Study of Bitopertin in Participants With EPP or XLP (APOLLO)

Exclusion Criteria20

• Major surgery within 8 weeks before screening or incomplete recovery from any previous surgery.
• Other than EPP or XLP, an inherited intrinsic or extrinsic red cell disease associated with anemia.
• Known hypersensitivity to any component of the study drug.
• History of liver transplantation or anticipated need for liver transplantation.
• History of alcohol dependence or excessive alcohol consumption, as assessed by the Investigator.
• Active human immunodeficiency virus (HIV), active hepatitis B or C.
• Other medical or psychiatric condition or laboratory finding not specifically noted above that, in the judgment of the Investigator or Sponsor, would put the participant at unacceptable risk or otherwise preclude the participant from participating in the study.
• Condition or concomitant medication that would confound the ability to interpret clinical, clinical laboratory, or participant diary data, including a major psychiatric condition that has had an exacerbation or required hospitalization in the last 6 months.
• Treatment History:
• Prior exposure to bitopertin.
• Concurrent or planned treatment with afamelanotide or dersimelagon during the study period.

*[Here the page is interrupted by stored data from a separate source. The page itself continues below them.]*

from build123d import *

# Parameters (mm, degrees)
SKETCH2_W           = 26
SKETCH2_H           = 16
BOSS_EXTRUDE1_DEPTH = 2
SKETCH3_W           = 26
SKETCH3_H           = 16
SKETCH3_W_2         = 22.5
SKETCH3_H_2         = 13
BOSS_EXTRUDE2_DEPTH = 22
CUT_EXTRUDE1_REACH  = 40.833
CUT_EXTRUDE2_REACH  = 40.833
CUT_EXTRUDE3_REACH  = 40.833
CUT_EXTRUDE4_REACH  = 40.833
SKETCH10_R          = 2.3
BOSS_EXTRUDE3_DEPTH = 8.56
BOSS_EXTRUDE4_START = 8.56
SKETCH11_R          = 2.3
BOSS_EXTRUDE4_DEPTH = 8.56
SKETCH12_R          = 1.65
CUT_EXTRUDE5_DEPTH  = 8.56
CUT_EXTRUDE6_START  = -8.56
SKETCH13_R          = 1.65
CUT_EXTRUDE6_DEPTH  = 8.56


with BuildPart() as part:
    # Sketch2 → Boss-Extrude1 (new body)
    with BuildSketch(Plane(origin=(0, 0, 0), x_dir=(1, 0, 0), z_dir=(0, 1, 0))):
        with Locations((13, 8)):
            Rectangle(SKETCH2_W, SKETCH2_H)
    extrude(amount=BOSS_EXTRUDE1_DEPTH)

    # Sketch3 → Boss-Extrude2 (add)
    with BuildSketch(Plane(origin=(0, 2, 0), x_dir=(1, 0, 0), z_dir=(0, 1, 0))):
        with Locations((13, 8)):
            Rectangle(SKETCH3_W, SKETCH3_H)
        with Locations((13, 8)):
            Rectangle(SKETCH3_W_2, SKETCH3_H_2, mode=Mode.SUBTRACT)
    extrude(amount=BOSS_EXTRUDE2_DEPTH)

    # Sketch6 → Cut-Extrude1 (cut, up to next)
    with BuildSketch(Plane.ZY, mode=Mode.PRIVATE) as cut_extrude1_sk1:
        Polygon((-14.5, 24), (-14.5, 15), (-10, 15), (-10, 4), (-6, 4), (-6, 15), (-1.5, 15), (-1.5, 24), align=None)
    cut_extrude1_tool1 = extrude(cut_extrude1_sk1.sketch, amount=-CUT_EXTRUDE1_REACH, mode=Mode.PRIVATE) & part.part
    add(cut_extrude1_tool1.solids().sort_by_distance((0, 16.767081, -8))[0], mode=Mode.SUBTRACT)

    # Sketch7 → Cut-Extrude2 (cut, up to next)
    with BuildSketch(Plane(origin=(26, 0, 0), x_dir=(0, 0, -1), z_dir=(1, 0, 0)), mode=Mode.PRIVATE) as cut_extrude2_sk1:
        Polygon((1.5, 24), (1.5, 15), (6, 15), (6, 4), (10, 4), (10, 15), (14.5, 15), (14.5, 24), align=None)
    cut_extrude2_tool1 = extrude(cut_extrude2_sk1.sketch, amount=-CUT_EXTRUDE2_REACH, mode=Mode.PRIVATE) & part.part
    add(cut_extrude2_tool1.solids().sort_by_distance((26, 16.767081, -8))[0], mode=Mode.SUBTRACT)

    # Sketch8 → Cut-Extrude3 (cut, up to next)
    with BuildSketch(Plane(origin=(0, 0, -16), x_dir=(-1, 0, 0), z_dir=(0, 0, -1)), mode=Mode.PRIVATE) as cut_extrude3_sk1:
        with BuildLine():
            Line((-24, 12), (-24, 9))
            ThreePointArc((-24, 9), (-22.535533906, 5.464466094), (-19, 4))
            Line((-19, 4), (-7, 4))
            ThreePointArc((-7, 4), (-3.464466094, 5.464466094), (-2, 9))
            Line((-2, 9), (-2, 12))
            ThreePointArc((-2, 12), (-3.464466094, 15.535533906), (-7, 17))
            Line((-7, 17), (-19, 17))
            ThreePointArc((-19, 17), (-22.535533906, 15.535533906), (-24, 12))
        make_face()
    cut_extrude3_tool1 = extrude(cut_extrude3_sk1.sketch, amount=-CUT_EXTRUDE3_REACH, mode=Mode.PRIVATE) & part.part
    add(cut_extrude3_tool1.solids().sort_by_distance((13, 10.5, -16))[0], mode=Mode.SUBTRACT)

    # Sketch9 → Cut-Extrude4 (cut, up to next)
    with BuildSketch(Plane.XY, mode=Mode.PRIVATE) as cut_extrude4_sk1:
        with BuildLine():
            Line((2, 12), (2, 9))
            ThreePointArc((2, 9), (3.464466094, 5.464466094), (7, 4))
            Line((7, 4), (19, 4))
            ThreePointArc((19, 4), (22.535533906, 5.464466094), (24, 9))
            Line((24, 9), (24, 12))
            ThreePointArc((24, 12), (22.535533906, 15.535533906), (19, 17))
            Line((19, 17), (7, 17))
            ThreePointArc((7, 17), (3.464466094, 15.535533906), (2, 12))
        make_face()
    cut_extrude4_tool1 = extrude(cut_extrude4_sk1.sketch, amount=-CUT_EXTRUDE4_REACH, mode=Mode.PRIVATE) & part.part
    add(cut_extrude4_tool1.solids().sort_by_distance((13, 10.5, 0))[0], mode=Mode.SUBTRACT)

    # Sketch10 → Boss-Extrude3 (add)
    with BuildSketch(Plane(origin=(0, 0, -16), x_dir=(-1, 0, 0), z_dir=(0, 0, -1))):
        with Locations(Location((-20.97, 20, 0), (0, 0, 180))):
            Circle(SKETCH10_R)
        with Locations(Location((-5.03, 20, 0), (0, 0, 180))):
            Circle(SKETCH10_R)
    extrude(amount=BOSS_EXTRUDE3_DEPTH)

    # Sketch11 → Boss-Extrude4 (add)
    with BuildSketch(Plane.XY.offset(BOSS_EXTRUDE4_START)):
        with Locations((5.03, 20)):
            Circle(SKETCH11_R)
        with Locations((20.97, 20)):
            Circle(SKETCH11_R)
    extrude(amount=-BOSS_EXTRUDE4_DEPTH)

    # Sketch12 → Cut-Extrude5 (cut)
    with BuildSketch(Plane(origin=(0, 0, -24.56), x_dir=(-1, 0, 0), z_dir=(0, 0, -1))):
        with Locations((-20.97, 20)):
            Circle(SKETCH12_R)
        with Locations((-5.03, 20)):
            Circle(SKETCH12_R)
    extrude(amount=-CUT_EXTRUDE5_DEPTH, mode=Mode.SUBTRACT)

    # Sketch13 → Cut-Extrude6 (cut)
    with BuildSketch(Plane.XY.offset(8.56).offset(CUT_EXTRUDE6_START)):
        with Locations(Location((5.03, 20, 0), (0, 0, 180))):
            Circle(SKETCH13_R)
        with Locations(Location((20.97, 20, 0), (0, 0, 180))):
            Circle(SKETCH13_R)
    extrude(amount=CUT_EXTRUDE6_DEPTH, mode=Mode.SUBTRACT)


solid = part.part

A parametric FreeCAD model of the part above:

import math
import FreeCAD as App
import Part
import Sketcher
Q = App.Units.Quantity


def add_polygon(sketch, points):
    """Adds a closed chain of lines whose ends are joined by coincident constraints."""
    first, n = sketch.GeometryCount, len(points)
    for a, b in zip(points, points[1:] + points[:1]):
        sketch.addGeometry(Part.LineSegment(App.Vector(*a, 0), App.Vector(*b, 0)), False)
    for i in range(n):
        sketch.addConstraint(Sketcher.Constraint("Coincident", first + i, 2, first + (i + 1) % n, 1))

doc = App.newDocument("Part")
body = doc.addObject("PartDesign::Body", "Body")

# Sketch on XZ plane
sketch1 = doc.addObject("Sketcher::SketchObject", "Sketch")
body.addObject(sketch1)
sketch1.AttachmentSupport = (doc.XZ_Plane, [""])
sketch1.MapMode = "FlatFace"
add_polygon(sketch1, [(0, -16), (0, 0), (26, 0), (26, -16)])  # lines 0-3
sketch1.addConstraint(Sketcher.Constraint("Vertical", 0))
sketch1.addConstraint(Sketcher.Constraint("Horizontal", 1))
sketch1.addConstraint(Sketcher.Constraint("Vertical", 2))
sketch1.addConstraint(Sketcher.Constraint("Horizontal", 3))
sketch1.addConstraint(Sketcher.Constraint("Coincident", 0, 2, -1, 1))
sketch1.addConstraint(Sketcher.Constraint("DistanceX", 1, 1, 1, 2, Q("26 mm")))
sketch1.addConstraint(Sketcher.Constraint("DistanceY", 0, 1, 0, 2, Q("16 mm")))
pad1 = doc.addObject("PartDesign::Pad", "Pad")
body.addObject(pad1)
pad1.Profile = sketch1
pad1.Length = 2
pad1.Reversed = True

# Sketch on XZ plane
sketch2 = doc.addObject("Sketcher::SketchObject", "Sketch001")
body.addObject(sketch2)
sketch2.AttachmentSupport = (doc.XZ_Plane, [""])
sketch2.MapMode = "FlatFace"
sketch2.AttachmentOffset = App.Placement(App.Vector(0, 0, -2), App.Rotation())
add_polygon(sketch2, [(0, -16), (0, 0), (26, 0), (26, -16)])  # lines 0-3
add_polygon(sketch2, [(24.25, -1.5), (1.75, -1.5), (1.75, -14.5), (24.25, -14.5)])  # lines 4-7
sketch2.addConstraint(Sketcher.Constraint("Vertical", 0))
sketch2.addConstraint(Sketcher.Constraint("Horizontal", 1))
sketch2.addConstraint(Sketcher.Constraint("Vertical", 2))
sketch2.addConstraint(Sketcher.Constraint("Horizontal", 3))
sketch2.addConstraint(Sketcher.Constraint("Horizontal", 4))
sketch2.addConstraint(Sketcher.Constraint("Vertical", 5))
sketch2.addConstraint(Sketcher.Constraint("Horizontal", 6))
sketch2.addConstraint(Sketcher.Constraint("Vertical", 7))
sketch2.addConstraint(Sketcher.Constraint("Coincident", 0, 2, -1, 1))
sketch2.addConstraint(Sketcher.Constraint("DistanceX", 1, 1, 1, 2, Q("26 mm")))
sketch2.addConstraint(Sketcher.Constraint("DistanceY", 0, 1, 0, 2, Q("16 mm")))
sketch2.addConstraint(Sketcher.Constraint("DistanceY", 5, 2, 5, 1, Q("13 mm")))
sketch2.addConstraint(Sketcher.Constraint("DistanceX", 4, 2, 4, 1, Q("22.5 mm")))
sketch2.addConstraint(Sketcher.Constraint("DistanceY", 4, 2, -1, 1, Q("1.5 mm")))
sketch2.addConstraint(Sketcher.Constraint("DistanceX", -1, 1, 4, 2, Q("1.75 mm")))
pad2 = doc.addObject("PartDesign::Pad", "Pad001")
body.addObject(pad2)
pad2.Profile = sketch2
pad2.Length = 22
pad2.Reversed = True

• Treatment with opioids for any period \>7 days in the 2 months prior to screening or anticipated to require opioid use for \>7 days at any point during the study.
• New treatment for anemia, including initiation of iron supplementation, within 1 month of screening.
• Current or planned use of any drugs or herbal remedies known to be strong or moderate inhibitors or inducers of cytochrome P450 (CYP)3A4 enzymes for 28 days prior to the first dose and throughout the study.
• Current or planned treatment with antipsychotic medication.
• Laboratory Exclusions:
• Hemoglobin \<10 g/dL at screening.
• Miscellaneous:
• Participation in other interventional clinical studies within 30 days prior to screening.
• If female, pregnant or breastfeeding.